Thanks for the replies guys. I knew I could count on you all!


----------



## SumDumGuy (Nov 20, 2013)

Easiest solution is to replace the trailer.



/wait wut/


----------



## PGRChaplain (Jan 12, 2014)

Don't run over the plug with the Lawn Mower!
[-X


----------



## bcbouy (Jan 12, 2014)

i keep it simple with trailer plugs.crimp connections and tape with a flex conduit.i find i'm replacing plugs at least once a year.i go waaay off road quite a bit and have even started carrying extra fuses, wire,crimp connectors and tape on the boat becase of the abuse the trailer takes :LOL2: the last replace was from dragging the connector for about 50 miles after over articulating the trailer and the plug popped out.it was worn down to a nub when i stopped for gas and checked it.now i keep it really simple.


----------



## PSG-1 (Jan 12, 2014)

JMichael's suggestion is the correct fix. Also, if you want to guarantee your splice is waterproof, then use self-adhesive lined heat shrink butt connectors. Then wrap with the 3M splicing tape. This will give you a nearly indestructible, waterproof connection.


----------



## TNtroller (Jan 13, 2014)

Just be the devils advocate, it's not hard to re-wire the entire trailer, just buy a kit for $20, and no splices to corrode and cause shorts, etc. My $.02


----------



## huntinfool (Jan 13, 2014)

Cut the end off and replace. We do these daily. I'd suggest you use shrink fittings to keep moisture out.


----------



## Bugpac (Jan 14, 2014)

TNtroller said:


> Just be the devils advocate, it's not hard to re-wire the entire trailer, just buy a kit for $20, and no splices to corrode and cause shorts, etc. My $.02


 how do you connect to the lights with no connections to corrode and cause shorts?


----------



## TNtroller (Jan 14, 2014)

[url=https://www.tinboats.net/forum/viewtopic.php?p=338616#p338616 said:


> Bugpac » Tue Jan 14, 2014 1:51 am[/url]"]
> 
> 
> TNtroller said:
> ...



Di-electric grease works wonders, a little bit off preventive maint goes a long way.


----------



## earl60446 (Jan 14, 2014)

Wow, some of you guys must work for NASA, doing connections for the space shuttle. :lol: 
"Di-electric grease, 
self-adhesive lined heat shrink butt connectors. 
3M splicing tape, 
3M's Self-Fusing Silicone Rubber Electrical Tape 
and self-fusing electrical tape used to insulate sonar transducer cable patches"

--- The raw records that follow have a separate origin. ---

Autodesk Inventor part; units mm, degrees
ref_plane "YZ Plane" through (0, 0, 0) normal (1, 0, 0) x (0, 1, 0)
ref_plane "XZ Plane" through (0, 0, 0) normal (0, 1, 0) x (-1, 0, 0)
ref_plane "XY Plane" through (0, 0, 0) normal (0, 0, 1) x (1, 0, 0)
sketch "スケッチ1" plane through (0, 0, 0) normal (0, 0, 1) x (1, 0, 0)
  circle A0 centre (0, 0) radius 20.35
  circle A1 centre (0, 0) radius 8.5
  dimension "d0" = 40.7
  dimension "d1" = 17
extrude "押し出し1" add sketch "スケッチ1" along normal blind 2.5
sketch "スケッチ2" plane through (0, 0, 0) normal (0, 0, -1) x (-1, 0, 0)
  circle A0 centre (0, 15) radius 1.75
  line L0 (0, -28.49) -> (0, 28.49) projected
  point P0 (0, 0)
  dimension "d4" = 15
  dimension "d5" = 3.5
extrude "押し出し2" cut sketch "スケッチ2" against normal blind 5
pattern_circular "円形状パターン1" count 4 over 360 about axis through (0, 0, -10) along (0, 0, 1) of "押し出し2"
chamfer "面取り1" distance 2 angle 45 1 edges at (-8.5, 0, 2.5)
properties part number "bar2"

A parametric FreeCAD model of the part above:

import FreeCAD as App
import Part
import Sketcher
from FreeCAD import Vector


def edges_at(feature, points):
    """Names of the edges that pass closest to the given points."""
    edges = feature.Shape.Edges
    near = lambda p: min(range(len(edges)), key=lambda i: edges[i].distToShape(Part.Vertex(*p))[0])
    return sorted({f"Edge{near(p) + 1}" for p in points})

doc = App.newDocument("Part")
body = doc.addObject("PartDesign::Body", "Body")

sketch1 = doc.addObject("Sketcher::SketchObject", "Sketch")
body.addObject(sketch1)
sketch1.AttachmentSupport = (doc.XY_Plane, [""])
sketch1.MapMode = "FlatFace"
sketch1.addGeometry(Part.Circle(Vector(0, 0, 0), Vector(0, 0, 1), 20), False)
sketch1.addGeometry(Part.Circle(Vector(0, 0, 0), Vector(0, 0, 1), 8), False)
sketch1.addConstraint(Sketcher.Constraint("Coincident", 0, 3, -1, 1))
sketch1.addConstraint(Sketcher.Constraint("Coincident", 1, 3, -1, 1))
sketch1.addConstraint(Sketcher.Constraint("Diameter", 1, 17.0))
sketch1.addConstraint(Sketcher.Constraint("Diameter", 0, 40.7))
pad1 = doc.addObject("PartDesign::Pad", "Pad")
body.addObject(pad1)
pad1.Profile = sketch1
pad1.Length = 2.5

sketch2 = doc.addObject("Sketcher::SketchObject", "Sketch001")
body.addObject(sketch2)
sketch2.AttachmentSupport = (doc.XY_Plane, [""])
sketch2.MapMode = "FlatFace"
sketch2.addGeometry(Part.Circle(Vector(0, 15, 0), Vector(0, 0, 1), 1.8), False)
sketch2.addConstraint(Sketcher.Constraint("PointOnObject", 0, 3, -2))
sketch2.addConstraint(Sketcher.Constraint("Diameter", 0, 3.5))
sketch2.addConstraint(Sketcher.Constraint("DistanceY", -1, 1, 0, 3, 15.0))
pocket1 = doc.addObject("PartDesign::Pocket", "Pocket")
body.addObject(pocket1)
pocket1.Profile = sketch2
pocket1.Length = 5
pocket1.Reversed = True
doc.recompute()

polarpattern = doc.addObject("PartDesign::PolarPattern", "PolarPattern")
body.addObject(polarpattern)
polarpattern.Originals = [pocket1]
polarpattern.Axis = (doc.Z_Axis, [""])
polarpattern.Angle = 360
polarpattern.Occurrences = 4
body.Tip = polarpattern
doc.recompute()

chamfer = doc.addObject("PartDesign::Chamfer", "Chamfer")
body.addObject(chamfer)
chamfer.Base = (polarpattern, edges_at(polarpattern, [(-8.5, 0, 2.5)]))
chamfer.Size = 2

doc.recompute()
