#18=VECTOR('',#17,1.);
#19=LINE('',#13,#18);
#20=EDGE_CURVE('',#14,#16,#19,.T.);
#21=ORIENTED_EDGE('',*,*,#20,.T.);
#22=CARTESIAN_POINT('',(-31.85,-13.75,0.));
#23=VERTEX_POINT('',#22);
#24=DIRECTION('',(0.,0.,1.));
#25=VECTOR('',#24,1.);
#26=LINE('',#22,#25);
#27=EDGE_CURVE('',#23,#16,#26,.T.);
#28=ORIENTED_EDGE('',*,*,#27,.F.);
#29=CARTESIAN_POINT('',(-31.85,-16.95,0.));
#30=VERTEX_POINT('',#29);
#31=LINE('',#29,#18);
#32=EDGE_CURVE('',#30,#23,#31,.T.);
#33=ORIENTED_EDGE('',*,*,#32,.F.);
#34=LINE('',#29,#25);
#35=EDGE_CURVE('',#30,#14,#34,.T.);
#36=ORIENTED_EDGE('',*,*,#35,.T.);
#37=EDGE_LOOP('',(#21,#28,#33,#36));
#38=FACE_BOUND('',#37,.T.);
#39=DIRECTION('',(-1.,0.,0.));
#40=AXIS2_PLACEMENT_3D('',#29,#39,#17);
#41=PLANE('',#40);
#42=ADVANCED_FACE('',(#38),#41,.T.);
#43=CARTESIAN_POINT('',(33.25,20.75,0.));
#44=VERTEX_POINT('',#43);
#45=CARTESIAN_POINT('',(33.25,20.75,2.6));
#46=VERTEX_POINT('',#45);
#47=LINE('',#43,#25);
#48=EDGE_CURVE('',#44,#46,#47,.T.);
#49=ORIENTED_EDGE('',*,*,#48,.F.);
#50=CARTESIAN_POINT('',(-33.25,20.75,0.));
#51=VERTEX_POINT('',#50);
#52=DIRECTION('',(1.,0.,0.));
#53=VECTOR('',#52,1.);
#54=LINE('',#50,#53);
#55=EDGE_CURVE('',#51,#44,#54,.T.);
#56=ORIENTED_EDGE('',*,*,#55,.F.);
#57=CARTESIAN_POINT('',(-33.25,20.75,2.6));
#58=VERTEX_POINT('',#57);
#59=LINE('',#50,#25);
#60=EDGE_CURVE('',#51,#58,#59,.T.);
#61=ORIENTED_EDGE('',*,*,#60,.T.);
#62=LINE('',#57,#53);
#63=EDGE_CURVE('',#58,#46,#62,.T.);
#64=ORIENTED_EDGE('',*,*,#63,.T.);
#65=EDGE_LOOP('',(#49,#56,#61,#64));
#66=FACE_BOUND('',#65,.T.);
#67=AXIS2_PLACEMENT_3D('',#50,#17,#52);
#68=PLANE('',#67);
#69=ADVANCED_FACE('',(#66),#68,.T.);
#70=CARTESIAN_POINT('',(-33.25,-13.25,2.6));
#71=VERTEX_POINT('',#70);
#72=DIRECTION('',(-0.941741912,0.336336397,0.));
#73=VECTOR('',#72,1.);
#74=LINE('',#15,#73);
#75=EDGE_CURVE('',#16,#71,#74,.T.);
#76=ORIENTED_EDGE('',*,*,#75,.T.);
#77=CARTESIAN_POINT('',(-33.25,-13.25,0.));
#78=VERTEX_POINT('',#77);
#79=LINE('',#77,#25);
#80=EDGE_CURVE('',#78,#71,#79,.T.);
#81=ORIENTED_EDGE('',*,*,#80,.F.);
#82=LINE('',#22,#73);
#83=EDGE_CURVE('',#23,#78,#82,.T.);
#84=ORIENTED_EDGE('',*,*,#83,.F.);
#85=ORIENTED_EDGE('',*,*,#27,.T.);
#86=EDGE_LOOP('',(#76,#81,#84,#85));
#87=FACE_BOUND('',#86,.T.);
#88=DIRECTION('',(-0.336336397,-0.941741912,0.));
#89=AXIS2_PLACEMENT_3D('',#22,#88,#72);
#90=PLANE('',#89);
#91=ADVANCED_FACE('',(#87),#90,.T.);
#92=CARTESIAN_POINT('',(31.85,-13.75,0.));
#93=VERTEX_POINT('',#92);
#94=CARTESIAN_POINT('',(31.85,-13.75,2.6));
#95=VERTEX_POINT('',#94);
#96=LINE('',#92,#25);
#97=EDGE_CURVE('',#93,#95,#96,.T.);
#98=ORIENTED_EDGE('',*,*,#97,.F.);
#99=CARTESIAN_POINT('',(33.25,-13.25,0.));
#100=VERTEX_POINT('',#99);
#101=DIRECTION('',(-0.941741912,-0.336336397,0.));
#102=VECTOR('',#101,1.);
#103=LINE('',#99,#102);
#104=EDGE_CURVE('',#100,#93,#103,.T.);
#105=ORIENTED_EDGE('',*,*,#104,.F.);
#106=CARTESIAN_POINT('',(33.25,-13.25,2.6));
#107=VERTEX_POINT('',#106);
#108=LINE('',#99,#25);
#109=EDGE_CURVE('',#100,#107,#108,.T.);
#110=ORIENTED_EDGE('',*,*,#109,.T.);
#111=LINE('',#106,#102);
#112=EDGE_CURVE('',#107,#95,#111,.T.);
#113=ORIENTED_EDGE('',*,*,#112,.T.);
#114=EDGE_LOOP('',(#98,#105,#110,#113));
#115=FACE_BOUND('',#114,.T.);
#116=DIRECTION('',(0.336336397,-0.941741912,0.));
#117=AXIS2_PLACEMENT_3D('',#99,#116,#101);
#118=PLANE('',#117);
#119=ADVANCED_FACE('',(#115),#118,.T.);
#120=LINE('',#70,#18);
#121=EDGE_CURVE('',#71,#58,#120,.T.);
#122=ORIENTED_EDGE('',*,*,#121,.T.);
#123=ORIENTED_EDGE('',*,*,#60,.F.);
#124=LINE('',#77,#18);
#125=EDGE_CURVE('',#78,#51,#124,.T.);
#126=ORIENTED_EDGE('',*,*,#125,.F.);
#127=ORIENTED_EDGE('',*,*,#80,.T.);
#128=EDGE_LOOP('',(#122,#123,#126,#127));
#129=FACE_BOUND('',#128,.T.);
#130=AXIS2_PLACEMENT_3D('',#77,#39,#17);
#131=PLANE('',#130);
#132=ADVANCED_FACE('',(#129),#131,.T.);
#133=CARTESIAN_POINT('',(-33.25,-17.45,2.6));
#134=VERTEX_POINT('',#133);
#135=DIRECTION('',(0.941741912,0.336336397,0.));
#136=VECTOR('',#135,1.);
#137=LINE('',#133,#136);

My dad would of twisted the wires together and made sure they stayed apart sorta kindof. Then after blowing about 10 fuses wrapped it with some duct tape or something. :roll: 

Tim


----------



## PSG-1 (Jan 14, 2014)

It may seem a bit overkill, or getting too technical, but, all of those things are not just recommended, but NECESSARY when dealing with trailers that are used around salt water. Wrapping wires together and putting a wire nut on it won't last long in this environment! Salt water eats boats and equipment, period. Even with the right stuff, there is still the potential for failure. So, I tend to do things overkill.


----------



## JMichael (Jan 14, 2014)

[url=https://www.tinboats.net/forum/viewtopic.php?p=338656#p338656 said:


> earl60446 » Today, 13:39[/url]"]
> 
> My dad would of twisted the wires together and made sure they stayed apart sorta kindof. Then after blowing about 10 fuses wrapped it with some duct tape or something. :roll:
> 
> Tim


I think I may have run in to some of your dad's work before. What state did he live in. :lol:


----------



## Bugpac (Jan 15, 2014)

TNtroller said:


> [url=https://www.tinboats.net/forum/viewtopic.php?p=338616#p338616 said:
> 
> 
> > Bugpac » Tue Jan 14, 2014 1:51 am[/url]"]
> ...


I was being sarcastic.!! If you cant have a splice you cant connect the lights!!


----------



## bcbouy (Jan 15, 2014)

i'm pretty sure if you read the question carefully 23 mako isn't looking for a nasa fix.just a simple repair.its just a trailer plug.


----------



## MrSimon (Jan 15, 2014)

A cheap little soldering kit from the hardware store .... some wire strippers .... a pack of heat shrink tubes .... and a lighter

Takes about ten minutes start to finish and you'll have an excellent fix.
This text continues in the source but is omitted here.